『レンタネコ』


観る前に一番心配だったのは、雰囲気だけで中身のないおしゃれ映画だったら嫌だなということでした。でも、序盤に主人公のレンタネコ屋の女性が、奇怪なもののように見られていてほっとした。リアカーに猫を乗せて河川敷を歩きながら、「レンタ~ネコ、寂しい人に猫貸します」なんて拡声器で呼びかけてる女の人がほのぼのと迎えられる世界観だったら、それはもうファンタジーであり、話に説得力がなくなる。そこは、「ママー」「しーっ! 見ちゃだめ!」や男子中学生の「ネコババア!」というように正しい反応がとられていて良かった。

ただ、このようなゆったりした雰囲気の映画で、1時間50分は少し長く感じた。
以下、ネタバレです。







基本的に4つのエピソードからなるんですが、“呼び込み→猫を貸してください→自宅へお邪魔して審査→猫を貸す→数日後呼び出し→問題解決→仕事にまつわる自宅でのミニコント”という流れが1つ目と2つ目でまったく同じだった。このまま4つやるとしたら、観ていて飽きてしまうと思っていたら、3と4は違っていた。でも、“猫を貸す前に、貸すに値する人物/環境かを調査するために、自宅を訪問して審査する”というルールが途中でどっか行っちゃってたのはいいんだろうか。

それで、4つ目になって、明らかにカラーが変わる。私はここ中心で観たかったです。ただ、尺の関係もあるのか、いろいろと説明不足で疑問が残った。
ジャミコが保健室の常連だったのは、本当に勉強についていけなかっただけなの? ベッドを囲むカーテンに張ってあった“ジャミコ専用”っていう紙は誰が書いたの? いじめのようなことがあったわけではないの? 大体、ジャミラに似てるからジャミコっていうあだ名のつけ方は、それだけで軽いいじめじゃないの? そんな時におばあちゃんに助けてもらったんなら、主人公の独白じゃなくて、そのシーンをドラマで見せてくれてもいいんじゃないの? 出てきた男の子のこと、その頃も今も好きだったんじゃないの? 結婚したい結婚したいって言うなら、少しくらいは恋愛シーンを入れてあげても良かったんじゃないの? 初恋の人(私の想像)と再会したら、そこから何か始まるんじゃないの?

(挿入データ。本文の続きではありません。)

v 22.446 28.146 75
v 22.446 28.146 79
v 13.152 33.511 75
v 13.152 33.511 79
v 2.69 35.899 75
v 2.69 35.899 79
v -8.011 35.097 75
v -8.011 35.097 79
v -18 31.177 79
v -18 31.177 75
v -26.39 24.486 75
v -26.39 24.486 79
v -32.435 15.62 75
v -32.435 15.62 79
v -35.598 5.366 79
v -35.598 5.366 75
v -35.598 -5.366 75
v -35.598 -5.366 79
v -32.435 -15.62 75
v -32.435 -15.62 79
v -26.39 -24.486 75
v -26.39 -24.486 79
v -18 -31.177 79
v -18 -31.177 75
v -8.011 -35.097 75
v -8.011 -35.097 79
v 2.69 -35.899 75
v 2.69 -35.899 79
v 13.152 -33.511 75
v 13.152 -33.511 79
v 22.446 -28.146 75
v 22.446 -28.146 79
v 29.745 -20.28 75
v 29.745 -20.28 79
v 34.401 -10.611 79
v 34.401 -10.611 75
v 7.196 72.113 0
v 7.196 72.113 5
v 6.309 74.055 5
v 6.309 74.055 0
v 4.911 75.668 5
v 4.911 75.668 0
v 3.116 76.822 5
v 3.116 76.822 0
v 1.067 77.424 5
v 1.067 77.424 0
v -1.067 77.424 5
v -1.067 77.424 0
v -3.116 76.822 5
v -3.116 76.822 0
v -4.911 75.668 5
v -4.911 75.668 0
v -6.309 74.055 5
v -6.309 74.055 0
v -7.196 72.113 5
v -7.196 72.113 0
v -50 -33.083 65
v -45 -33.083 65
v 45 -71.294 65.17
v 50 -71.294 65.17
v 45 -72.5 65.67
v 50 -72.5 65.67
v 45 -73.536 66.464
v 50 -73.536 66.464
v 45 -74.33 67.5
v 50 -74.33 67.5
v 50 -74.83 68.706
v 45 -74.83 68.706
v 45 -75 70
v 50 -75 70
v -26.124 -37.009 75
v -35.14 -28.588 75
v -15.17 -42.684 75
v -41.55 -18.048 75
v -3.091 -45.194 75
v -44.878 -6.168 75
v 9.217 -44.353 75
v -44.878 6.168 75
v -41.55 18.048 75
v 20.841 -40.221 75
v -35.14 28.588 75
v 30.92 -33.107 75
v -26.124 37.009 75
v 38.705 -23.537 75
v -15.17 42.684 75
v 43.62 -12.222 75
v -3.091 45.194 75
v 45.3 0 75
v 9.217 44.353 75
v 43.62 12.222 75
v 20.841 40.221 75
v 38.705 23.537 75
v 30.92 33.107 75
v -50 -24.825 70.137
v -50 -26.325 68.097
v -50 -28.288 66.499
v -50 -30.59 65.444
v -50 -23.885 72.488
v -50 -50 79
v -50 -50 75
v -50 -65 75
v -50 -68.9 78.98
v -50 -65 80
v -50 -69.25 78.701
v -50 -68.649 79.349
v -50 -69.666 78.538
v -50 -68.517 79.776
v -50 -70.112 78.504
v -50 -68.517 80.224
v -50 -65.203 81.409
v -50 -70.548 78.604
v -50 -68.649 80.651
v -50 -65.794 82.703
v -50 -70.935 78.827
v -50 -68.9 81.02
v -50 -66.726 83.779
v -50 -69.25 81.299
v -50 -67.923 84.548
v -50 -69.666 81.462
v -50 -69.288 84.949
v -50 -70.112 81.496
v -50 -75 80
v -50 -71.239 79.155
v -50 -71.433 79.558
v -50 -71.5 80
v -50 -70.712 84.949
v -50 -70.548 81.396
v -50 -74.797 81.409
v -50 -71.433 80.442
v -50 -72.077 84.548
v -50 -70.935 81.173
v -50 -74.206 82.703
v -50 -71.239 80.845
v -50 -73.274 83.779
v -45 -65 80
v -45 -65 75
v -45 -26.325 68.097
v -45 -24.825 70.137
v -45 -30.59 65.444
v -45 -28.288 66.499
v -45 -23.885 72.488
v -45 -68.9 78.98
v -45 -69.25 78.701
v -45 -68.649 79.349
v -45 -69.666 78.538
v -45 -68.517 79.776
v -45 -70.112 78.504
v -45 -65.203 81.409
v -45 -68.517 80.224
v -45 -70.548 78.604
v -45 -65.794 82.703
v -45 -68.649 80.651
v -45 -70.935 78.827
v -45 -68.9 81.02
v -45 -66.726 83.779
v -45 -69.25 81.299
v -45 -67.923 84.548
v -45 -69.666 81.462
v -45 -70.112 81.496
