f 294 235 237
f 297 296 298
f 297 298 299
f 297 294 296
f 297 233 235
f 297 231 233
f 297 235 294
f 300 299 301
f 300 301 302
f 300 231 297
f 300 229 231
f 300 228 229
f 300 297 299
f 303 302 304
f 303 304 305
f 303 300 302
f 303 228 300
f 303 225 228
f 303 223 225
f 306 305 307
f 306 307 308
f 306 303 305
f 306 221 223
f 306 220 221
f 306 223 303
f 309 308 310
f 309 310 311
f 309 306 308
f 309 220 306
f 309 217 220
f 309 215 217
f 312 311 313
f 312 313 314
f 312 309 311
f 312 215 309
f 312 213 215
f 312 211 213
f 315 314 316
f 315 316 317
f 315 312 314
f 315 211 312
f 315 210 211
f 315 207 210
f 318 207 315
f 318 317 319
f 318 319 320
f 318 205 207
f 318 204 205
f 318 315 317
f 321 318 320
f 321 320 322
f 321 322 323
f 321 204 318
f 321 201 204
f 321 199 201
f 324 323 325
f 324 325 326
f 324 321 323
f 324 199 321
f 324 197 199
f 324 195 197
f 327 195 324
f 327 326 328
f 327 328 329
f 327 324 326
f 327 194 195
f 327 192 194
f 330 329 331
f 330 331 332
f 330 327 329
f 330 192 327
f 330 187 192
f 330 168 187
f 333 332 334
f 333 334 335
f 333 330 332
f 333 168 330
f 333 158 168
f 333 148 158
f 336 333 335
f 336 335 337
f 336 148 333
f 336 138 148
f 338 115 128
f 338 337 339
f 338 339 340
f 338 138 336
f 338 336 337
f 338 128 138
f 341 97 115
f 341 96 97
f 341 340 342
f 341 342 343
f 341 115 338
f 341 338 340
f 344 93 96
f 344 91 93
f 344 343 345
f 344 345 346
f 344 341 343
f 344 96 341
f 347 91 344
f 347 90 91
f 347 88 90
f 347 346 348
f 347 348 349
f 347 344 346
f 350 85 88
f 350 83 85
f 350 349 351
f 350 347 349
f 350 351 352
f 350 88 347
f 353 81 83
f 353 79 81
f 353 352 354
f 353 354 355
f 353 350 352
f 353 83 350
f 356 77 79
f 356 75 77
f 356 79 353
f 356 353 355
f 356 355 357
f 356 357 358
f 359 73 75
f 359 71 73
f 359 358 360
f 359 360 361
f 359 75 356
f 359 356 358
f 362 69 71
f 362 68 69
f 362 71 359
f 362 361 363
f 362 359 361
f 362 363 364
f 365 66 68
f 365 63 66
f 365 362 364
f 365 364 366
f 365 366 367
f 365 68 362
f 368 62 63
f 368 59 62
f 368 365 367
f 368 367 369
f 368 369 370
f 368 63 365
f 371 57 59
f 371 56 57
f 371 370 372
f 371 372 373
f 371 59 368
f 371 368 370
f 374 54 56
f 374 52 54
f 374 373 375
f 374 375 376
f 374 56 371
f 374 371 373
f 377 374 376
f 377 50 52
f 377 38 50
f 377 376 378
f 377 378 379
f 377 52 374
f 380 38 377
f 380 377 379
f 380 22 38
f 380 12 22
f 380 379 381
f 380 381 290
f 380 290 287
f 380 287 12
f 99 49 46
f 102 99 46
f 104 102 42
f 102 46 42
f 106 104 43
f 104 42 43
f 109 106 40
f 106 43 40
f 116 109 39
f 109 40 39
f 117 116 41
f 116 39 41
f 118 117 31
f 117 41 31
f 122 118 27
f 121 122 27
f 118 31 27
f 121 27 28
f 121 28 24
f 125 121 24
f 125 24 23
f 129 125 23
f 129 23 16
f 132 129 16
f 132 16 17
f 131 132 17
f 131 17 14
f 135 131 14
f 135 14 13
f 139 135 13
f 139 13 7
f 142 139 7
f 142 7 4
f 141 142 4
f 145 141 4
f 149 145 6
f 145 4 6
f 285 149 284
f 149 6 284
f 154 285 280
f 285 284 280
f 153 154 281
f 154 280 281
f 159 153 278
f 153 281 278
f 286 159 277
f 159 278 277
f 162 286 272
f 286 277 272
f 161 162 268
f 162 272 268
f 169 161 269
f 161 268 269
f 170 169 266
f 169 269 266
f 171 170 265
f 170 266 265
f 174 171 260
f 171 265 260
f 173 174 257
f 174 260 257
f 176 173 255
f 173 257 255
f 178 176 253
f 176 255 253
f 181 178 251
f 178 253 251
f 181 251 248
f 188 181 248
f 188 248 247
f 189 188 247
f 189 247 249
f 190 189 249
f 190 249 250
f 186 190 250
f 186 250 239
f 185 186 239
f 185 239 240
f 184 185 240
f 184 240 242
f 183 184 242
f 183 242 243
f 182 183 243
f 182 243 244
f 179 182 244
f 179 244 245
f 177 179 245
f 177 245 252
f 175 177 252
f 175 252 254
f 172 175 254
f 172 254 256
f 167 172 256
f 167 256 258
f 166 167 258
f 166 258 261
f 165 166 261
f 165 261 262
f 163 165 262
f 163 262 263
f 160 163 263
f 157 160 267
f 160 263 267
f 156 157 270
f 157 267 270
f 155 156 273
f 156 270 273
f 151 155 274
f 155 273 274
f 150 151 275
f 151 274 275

「猫カワイイ」「癒される」「私も猫借りたい」だけだったら、いまのままでもいいかもしれないけど、もう少し描きこみを細かくして欲しかった。スカスカです。ちゃんと描いたら、たぶん4つ目のエピソードは相当ヘヴィーなものになると思う。
もっとも、そんなものは観客のニーズには沿わないのかもしれない。荻上監督が撮る以上、カラーが違ってしまうから、このまま、多少におわせる程度で止めておくのが一番しっくりくるのかもしれない。重くて生々しい人間ドラマを荻上監督に求めるのが筋違いなんでしょう。だったら、違う監督作品を観ろということですよね。それもわかるんですが。

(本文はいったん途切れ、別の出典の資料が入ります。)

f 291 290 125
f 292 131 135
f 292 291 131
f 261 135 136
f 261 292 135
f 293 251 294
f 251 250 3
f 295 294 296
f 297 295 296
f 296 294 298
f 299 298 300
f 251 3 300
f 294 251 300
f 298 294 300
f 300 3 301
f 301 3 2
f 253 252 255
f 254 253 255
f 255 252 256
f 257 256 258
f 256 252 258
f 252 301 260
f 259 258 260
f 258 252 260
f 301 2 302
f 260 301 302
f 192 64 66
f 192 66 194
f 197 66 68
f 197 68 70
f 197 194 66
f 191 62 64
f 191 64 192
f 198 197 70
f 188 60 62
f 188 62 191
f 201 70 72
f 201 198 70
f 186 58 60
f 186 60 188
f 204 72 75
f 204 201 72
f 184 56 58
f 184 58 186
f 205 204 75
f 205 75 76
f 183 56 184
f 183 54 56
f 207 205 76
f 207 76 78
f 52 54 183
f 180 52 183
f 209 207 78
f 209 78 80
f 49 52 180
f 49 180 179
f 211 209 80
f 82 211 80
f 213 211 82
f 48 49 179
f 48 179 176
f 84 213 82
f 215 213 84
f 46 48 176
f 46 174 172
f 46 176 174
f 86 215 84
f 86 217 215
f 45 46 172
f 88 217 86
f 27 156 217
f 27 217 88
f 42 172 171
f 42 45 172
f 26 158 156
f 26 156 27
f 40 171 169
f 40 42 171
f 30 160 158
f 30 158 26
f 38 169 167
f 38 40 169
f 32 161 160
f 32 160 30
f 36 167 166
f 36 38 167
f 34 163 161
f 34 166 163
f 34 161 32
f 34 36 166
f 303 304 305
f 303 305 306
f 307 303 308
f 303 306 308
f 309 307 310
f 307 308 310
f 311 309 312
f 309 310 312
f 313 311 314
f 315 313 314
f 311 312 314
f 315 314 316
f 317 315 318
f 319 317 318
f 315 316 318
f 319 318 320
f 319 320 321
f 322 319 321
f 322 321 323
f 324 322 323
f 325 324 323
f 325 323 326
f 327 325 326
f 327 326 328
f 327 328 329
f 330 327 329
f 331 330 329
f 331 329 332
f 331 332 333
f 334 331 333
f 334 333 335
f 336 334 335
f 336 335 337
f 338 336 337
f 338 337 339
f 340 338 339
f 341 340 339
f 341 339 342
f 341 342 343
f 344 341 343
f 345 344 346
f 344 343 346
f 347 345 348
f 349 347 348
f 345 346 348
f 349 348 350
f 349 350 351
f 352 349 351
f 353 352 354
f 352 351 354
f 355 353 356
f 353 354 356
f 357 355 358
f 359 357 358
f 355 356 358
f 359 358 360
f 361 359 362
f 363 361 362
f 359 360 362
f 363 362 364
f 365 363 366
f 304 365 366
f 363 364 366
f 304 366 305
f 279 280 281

最初の3つのエピソードはプロローグ的な役割として、もっとさらっと描くだけでよかった。それで、4つ目に時間を割いてほしかった。でもそうすると、猫があんまり関係なくなりますけど。

今回、もたいまさこが出ていないんですが、同じような役割として小林克也がキャスティングされている。もたいまさこにしなかった理由はよくわからないけど、もたいまさこよりも憎たらしいし、口が悪くて辛辣です。市川実日子が「ババア」と言うシーンがあるけど、もたいまさこに向かって「ババア」とは言えないと思う。

あと、これも諸事情あるんでしょうが、内容が夏向けなので、公開時期がもう少し遅かったら良かったと思う。せめて、6月下旬くらいにしてほしかった。